How to install Hadoop quickly on Linux

Release time: 2021-09-01 11:25:03 Author: Anonymous I would like to comment
How to install Hadoop quickly on Linux? Today Xiaobian will bring you a detailed installation tutorial, this tutorial can also be used as a reference, the configuration is similar, that is, Linux commands, specific operations are different, need friends to see it together

Everyone is interested in big data, but everyone does not want to go to how to practice to the place, how to implement to learn Hadoop, when we learn any technology, we do not have to think, up is definitely to install, and then to practice, I have to say, now you go to the Internet search, how to install Hadoop, That a lot of out are from the Unbutu system how to install, a lot of also explain is not very clear, a fan also want to learn, so prepared how to install Hadoop Linux tutorial, everyone can learn. Ah powder began to write a tutorial for everyone to install Hadoop.

Preparatory work

1. We can first go to Ali cloud or Huawei cloud to rent a server, after all, a primary version of the server, is not so expensive, a fan or use the rented one before, we choose to install Linux8 version, if it is the machine, you need to download CentOS8 image, Then install it to the VM through the virtual machine. After the installation is complete, we can start to install Hadoop

Let's start by talking about what Hadoop can do and what people often misunderstand about Hadoop.

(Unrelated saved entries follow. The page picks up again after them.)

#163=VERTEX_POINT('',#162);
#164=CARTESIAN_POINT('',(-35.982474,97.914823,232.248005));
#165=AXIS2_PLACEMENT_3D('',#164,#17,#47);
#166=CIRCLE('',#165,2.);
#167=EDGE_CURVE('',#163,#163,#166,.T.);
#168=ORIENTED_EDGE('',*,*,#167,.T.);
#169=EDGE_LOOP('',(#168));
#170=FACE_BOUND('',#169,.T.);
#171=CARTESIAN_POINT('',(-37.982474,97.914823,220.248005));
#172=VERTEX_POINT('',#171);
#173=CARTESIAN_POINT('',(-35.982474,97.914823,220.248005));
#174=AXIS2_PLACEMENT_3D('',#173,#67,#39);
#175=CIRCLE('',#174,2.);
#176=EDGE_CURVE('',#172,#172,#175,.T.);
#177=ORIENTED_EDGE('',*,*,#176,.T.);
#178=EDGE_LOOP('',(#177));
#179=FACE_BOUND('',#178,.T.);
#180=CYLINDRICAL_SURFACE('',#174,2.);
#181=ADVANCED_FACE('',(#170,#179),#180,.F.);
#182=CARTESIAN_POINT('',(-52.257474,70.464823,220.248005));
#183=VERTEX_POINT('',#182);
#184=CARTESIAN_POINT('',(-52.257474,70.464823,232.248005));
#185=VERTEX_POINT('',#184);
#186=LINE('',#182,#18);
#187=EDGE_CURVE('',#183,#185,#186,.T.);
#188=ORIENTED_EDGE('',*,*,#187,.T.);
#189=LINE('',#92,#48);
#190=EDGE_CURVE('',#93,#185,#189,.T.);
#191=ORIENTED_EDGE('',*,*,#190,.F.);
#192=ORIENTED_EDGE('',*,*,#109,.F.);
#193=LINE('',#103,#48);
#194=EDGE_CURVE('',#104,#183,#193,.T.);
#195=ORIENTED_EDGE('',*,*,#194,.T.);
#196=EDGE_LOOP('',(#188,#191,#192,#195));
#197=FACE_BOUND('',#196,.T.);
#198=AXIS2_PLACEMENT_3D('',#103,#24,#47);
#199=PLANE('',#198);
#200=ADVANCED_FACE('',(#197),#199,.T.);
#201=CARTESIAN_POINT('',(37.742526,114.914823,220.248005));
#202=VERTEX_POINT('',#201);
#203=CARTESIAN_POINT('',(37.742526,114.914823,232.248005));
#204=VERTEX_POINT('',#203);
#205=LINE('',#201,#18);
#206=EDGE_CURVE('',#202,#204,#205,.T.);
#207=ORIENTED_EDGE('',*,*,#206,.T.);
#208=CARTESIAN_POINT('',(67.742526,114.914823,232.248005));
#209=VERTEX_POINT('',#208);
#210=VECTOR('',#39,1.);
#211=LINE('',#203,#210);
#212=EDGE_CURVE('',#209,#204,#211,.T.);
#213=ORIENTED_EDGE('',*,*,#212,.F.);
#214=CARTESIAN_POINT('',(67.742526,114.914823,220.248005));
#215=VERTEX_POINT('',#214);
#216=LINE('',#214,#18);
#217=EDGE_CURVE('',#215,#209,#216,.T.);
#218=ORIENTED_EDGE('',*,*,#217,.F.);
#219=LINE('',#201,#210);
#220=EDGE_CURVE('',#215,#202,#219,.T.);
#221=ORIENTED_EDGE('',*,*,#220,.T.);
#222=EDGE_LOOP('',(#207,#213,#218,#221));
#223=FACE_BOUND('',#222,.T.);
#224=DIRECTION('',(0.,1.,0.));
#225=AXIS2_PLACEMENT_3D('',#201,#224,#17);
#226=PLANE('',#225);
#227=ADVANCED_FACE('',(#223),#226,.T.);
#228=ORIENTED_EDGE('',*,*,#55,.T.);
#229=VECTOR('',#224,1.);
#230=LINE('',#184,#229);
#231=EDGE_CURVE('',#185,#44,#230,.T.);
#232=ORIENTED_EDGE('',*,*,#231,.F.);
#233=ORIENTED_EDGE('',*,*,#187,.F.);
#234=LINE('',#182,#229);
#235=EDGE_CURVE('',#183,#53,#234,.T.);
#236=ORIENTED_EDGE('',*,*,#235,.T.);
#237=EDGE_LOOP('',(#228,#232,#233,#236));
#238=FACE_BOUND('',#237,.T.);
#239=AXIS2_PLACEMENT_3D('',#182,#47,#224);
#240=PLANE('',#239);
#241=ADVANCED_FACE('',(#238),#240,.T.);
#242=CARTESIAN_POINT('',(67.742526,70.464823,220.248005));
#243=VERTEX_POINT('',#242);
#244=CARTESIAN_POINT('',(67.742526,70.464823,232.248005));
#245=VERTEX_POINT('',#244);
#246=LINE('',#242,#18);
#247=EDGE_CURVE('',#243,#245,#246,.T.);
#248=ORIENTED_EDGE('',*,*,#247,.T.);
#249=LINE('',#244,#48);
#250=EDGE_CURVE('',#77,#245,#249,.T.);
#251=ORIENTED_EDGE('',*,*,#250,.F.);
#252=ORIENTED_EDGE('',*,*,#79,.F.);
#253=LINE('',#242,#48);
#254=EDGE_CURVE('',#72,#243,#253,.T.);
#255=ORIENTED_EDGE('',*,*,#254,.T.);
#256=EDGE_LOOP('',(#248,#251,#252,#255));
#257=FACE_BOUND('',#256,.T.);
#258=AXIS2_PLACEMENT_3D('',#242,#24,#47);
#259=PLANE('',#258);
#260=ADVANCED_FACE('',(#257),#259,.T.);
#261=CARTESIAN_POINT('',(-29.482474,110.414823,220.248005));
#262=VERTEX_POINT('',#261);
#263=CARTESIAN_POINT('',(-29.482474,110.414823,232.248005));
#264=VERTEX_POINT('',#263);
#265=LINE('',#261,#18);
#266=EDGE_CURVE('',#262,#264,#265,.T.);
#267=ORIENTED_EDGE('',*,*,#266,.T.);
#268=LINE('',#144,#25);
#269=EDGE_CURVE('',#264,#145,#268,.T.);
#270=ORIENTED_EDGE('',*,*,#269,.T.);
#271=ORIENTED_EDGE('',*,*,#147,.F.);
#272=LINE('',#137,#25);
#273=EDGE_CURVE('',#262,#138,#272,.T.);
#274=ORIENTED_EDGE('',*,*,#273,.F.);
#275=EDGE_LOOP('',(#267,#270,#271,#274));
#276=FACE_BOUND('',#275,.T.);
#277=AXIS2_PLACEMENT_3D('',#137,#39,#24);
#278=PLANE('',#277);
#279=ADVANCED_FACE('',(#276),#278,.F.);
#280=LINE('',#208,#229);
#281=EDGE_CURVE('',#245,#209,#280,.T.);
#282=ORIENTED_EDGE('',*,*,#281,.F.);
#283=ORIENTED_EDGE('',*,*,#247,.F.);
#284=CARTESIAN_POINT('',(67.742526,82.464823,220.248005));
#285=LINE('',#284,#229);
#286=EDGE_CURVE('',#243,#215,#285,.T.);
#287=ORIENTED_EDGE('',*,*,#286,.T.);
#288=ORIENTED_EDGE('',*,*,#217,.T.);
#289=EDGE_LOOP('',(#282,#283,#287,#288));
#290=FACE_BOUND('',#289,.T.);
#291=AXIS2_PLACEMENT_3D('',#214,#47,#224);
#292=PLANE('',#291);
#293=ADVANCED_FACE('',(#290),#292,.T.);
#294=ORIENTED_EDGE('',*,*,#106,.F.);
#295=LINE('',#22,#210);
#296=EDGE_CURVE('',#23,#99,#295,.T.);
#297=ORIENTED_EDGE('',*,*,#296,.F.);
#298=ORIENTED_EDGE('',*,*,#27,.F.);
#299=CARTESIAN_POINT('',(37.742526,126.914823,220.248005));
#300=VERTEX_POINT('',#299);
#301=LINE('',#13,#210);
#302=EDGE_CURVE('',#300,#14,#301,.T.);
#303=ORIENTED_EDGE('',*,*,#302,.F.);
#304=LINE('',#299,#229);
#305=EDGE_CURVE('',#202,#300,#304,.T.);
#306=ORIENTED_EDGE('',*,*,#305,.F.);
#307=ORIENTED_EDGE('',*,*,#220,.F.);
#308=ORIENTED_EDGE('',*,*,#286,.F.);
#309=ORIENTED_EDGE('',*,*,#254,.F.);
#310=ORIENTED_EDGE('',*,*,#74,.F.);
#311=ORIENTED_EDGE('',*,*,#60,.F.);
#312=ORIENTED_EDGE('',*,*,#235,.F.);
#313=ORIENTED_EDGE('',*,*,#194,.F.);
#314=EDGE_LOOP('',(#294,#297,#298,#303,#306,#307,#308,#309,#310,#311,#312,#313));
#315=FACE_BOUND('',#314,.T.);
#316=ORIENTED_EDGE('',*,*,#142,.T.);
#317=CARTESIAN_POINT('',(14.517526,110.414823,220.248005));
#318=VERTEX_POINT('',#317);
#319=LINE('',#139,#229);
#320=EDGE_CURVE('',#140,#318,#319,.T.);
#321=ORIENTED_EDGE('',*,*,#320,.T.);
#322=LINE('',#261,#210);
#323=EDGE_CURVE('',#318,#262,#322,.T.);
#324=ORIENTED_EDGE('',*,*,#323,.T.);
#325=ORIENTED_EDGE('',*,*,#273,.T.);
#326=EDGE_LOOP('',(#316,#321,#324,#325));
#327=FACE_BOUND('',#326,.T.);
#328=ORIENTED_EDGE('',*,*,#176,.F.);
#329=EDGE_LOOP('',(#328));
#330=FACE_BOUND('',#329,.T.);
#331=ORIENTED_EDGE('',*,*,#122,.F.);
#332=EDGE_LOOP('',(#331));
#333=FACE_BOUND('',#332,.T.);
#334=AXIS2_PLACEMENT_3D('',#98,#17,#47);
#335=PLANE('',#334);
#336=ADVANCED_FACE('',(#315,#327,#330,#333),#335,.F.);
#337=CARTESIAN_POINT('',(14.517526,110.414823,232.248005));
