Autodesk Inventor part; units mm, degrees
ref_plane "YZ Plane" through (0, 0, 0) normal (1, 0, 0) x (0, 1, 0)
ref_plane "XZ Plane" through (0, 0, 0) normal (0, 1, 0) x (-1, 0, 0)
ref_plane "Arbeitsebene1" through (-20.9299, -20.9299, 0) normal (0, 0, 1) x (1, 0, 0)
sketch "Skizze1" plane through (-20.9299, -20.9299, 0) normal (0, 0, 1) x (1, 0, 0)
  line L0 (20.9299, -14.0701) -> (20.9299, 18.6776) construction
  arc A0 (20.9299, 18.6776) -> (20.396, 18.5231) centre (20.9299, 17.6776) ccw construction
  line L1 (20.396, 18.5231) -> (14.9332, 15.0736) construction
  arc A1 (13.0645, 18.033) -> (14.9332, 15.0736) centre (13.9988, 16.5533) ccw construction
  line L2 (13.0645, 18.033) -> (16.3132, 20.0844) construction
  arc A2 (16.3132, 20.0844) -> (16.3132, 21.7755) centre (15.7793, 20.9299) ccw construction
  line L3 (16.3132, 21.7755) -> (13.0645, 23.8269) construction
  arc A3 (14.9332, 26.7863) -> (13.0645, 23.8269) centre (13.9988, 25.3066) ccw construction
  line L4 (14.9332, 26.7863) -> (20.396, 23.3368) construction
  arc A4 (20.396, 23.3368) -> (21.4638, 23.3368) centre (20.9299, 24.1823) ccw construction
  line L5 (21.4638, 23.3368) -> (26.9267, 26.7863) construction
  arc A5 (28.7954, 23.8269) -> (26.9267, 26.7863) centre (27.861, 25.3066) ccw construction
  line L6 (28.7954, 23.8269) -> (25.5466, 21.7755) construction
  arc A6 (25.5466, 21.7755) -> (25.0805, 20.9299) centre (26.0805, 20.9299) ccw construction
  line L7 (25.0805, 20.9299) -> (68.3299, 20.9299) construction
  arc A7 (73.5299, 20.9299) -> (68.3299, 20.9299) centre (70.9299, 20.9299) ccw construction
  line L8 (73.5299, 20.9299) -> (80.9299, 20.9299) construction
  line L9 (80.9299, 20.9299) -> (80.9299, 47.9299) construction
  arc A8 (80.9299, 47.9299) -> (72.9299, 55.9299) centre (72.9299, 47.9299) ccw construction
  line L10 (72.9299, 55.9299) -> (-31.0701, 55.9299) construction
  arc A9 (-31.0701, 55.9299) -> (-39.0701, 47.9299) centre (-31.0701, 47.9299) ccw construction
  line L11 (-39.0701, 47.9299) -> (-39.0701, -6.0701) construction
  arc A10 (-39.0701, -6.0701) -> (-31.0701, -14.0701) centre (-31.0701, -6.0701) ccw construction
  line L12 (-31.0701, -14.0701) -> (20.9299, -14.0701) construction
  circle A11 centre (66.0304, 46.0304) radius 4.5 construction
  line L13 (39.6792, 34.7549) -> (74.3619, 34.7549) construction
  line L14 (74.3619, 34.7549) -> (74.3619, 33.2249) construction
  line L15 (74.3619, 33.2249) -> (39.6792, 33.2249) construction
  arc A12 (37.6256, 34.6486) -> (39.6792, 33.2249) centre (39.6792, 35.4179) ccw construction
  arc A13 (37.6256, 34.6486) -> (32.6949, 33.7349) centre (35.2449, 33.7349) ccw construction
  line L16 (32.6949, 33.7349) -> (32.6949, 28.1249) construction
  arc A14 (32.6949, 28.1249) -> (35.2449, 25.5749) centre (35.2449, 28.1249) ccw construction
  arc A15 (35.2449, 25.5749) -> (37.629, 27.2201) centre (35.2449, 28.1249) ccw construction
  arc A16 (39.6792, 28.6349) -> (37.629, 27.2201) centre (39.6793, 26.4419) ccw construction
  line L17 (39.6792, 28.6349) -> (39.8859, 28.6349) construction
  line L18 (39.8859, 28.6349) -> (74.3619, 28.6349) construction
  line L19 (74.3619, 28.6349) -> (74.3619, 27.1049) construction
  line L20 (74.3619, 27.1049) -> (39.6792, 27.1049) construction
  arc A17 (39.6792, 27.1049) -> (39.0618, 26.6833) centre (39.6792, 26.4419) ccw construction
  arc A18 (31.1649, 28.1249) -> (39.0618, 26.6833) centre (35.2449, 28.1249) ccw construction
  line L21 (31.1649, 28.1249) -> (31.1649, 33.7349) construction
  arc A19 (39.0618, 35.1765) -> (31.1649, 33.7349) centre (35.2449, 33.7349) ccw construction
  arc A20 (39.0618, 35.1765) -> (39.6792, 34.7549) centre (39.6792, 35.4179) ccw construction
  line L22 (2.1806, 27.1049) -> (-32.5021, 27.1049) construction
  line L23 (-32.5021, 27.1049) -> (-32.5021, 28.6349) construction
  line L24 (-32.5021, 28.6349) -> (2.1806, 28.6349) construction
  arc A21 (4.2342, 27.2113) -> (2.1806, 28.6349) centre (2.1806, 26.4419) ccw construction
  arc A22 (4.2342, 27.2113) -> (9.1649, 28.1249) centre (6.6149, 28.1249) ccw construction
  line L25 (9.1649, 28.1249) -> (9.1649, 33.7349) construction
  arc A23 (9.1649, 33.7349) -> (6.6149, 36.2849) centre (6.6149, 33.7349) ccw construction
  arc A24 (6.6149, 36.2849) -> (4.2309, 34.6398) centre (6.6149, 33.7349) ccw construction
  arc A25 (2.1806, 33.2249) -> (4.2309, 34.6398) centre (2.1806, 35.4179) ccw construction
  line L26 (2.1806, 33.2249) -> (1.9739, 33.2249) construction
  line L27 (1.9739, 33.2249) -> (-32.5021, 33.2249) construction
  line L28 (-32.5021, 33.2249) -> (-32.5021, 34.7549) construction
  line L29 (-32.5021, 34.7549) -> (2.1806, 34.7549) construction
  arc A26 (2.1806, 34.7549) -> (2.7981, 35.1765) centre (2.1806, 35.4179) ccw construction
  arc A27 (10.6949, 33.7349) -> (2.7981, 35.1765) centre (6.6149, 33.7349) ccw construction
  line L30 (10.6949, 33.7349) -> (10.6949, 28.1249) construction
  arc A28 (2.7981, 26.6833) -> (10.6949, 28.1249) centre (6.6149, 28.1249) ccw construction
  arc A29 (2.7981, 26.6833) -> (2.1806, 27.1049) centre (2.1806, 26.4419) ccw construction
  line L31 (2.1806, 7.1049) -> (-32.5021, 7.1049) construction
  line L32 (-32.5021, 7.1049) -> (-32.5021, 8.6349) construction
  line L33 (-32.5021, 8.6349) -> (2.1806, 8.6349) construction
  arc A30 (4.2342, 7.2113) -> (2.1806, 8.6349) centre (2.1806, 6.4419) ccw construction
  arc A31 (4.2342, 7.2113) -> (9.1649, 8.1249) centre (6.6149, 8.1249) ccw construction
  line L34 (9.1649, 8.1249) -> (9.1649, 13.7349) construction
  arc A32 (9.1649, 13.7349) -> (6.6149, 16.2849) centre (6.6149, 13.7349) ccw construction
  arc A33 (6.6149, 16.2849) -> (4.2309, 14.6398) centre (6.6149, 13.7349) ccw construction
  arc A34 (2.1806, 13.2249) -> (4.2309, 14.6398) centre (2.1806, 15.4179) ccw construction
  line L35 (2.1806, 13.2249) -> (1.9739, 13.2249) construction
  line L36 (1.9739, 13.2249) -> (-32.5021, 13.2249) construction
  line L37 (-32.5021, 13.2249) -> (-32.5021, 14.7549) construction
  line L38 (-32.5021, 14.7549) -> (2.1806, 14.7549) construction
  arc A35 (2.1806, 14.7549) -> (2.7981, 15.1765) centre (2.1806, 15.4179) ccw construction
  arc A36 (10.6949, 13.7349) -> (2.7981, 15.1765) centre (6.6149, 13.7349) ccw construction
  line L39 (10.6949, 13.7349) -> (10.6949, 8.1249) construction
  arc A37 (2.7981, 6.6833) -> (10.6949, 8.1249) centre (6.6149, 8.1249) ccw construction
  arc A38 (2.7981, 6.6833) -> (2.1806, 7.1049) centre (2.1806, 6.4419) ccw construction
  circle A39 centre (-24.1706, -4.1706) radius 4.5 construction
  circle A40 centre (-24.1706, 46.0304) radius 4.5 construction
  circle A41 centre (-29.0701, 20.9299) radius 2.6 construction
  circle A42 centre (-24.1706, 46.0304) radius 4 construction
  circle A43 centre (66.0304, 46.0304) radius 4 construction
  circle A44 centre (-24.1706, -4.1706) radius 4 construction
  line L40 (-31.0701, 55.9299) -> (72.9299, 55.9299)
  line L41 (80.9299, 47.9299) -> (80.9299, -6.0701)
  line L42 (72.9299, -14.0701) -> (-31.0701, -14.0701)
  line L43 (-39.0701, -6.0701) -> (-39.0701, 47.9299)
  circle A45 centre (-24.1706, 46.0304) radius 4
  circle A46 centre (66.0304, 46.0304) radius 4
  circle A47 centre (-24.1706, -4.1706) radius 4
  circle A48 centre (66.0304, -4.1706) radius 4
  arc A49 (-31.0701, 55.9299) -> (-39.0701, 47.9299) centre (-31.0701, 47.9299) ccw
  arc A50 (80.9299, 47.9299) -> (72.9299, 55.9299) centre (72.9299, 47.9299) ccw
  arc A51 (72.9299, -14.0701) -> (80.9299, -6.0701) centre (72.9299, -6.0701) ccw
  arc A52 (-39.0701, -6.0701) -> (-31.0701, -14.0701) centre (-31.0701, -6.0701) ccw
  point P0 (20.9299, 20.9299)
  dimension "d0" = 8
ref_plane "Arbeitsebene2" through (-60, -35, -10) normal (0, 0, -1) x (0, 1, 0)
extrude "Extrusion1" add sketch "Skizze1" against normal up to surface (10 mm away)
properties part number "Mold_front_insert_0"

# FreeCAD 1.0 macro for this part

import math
import FreeCAD as App
import Part
import Sketcher

V = App.Vector

doc = App.newDocument("Part")
body = doc.addObject("PartDesign::Body", "Body")

sketch1 = body.newObject("Sketcher::SketchObject", "Sketch")
sketch1.AttachmentSupport = (doc.getObject("XY_Plane"), [""])
sketch1.MapMode = "FlatFace"
sketch1.addGeometry([
    Part.LineSegment(V(52, 35, 0), V(-52, 35, 0)),
    Part.ArcOfCircle(Part.Circle(V(-52, 27, 0), V(0, 0, 1), 8), math.radians(90), math.radians(180)),
    Part.LineSegment(V(-60, 27, 0), V(-60, -27, 0)),
    Part.ArcOfCircle(Part.Circle(V(-52, -27, 0), V(0, 0, 1), 8), math.radians(180), math.radians(270)),
    Part.LineSegment(V(-52, -35, 0), V(52, -35, 0)),
    Part.ArcOfCircle(Part.Circle(V(52, -27, 0), V(0, 0, 1), 8), math.radians(-90), math.radians(0)),
    Part.LineSegment(V(60, -27, 0), V(60, 27, 0)),
    Part.ArcOfCircle(Part.Circle(V(52, 27, 0), V(0, 0, 1), 8), math.radians(0), math.radians(90)),
    Part.Circle(V(-45.1, -25.1, 0), V(0, 0, 1), 4),
    Part.Circle(V(45.1, -25.1, 0), V(0, 0, 1), 4),
    Part.Circle(V(-45.1, 25.1, 0), V(0, 0, 1), 4),
    Part.Circle(V(45.1, 25.1, 0), V(0, 0, 1), 4),
], False)
sketch1.addConstraint([
    Sketcher.Constraint("Tangent", 0, 2, 1, 1),
    Sketcher.Constraint("Tangent", 1, 2, 2, 1),
    Sketcher.Constraint("Tangent", 2, 2, 3, 1),
    Sketcher.Constraint("Tangent", 3, 2, 4, 1),
    Sketcher.Constraint("Tangent", 4, 2, 5, 1),
    Sketcher.Constraint("Tangent", 5, 2, 6, 1),
    Sketcher.Constraint("Tangent", 6, 2, 7, 1),
    Sketcher.Constraint("Tangent", 7, 2, 0, 1),
    Sketcher.Constraint("Horizontal", 0),
    Sketcher.Constraint("Vertical", 2),
    Sketcher.Constraint("Horizontal", 4),
    Sketcher.Constraint("Vertical", 6),
    Sketcher.Constraint("Equal", 1, 3),
    Sketcher.Constraint("Equal", 3, 5),
    Sketcher.Constraint("Equal", 5, 7),
    Sketcher.Constraint("Equal", 8, 9),
    Sketcher.Constraint("Equal", 9, 10),
    Sketcher.Constraint("Equal", 10, 11),
    Sketcher.Constraint("Symmetric", 1, 3, 5, 3, -1, 1),
    Sketcher.Constraint("Symmetric", 9, 3, 10, 3, -1, 1),
    Sketcher.Constraint("Symmetric", 8, 3, 11, 3, -1, 1),
    Sketcher.Constraint("Symmetric", 8, 3, 9, 3, -2),
    Sketcher.Constraint("Diameter", 8, 8.0),
    Sketcher.Constraint("Radius", 1, 8.0),
    Sketcher.Constraint("DistanceX", 0, 2, 0, 1, 104.0),
    Sketcher.Constraint("DistanceY", 2, 2, 2, 1, 54.0),
    Sketcher.Constraint("DistanceX", 8, 3, 9, 3, 90.201),
    Sketcher.Constraint("DistanceY", 8, 3, 10, 3, 50.201),
])
pad1 = body.newObject("PartDesign::Pad", "Pad")
pad1.Profile = sketch1
pad1.Length = 10
pad1.Reversed = True

doc.recompute()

Hadoop is a Distributed computing and storage framework. Therefore, the working process of Hadoop mainly depends on the Hadoop Distributed File System (HDFS) and Mapreduce distributed computing framework.

But a lot of people will have a misunderstanding of Hadoop, some people who are very good at Hadoop will say that Hadoop can do anything, in fact, it is not, the emergence of each technology, is corresponding to solve different problems, such as we will learn Hadoop next. Hadoop is suitable for Data analysis, but it is definitely not BI. Traditional BI belongs to the Data Presentation layer, while Hadoop is a data carrier focusing on semi-structured and unstructured data, which is a concept of different levels from BI.

Others say that Hadoop is ETL, which is equivalent to data processing, but Hadoop is not an ETL in an absolute sense.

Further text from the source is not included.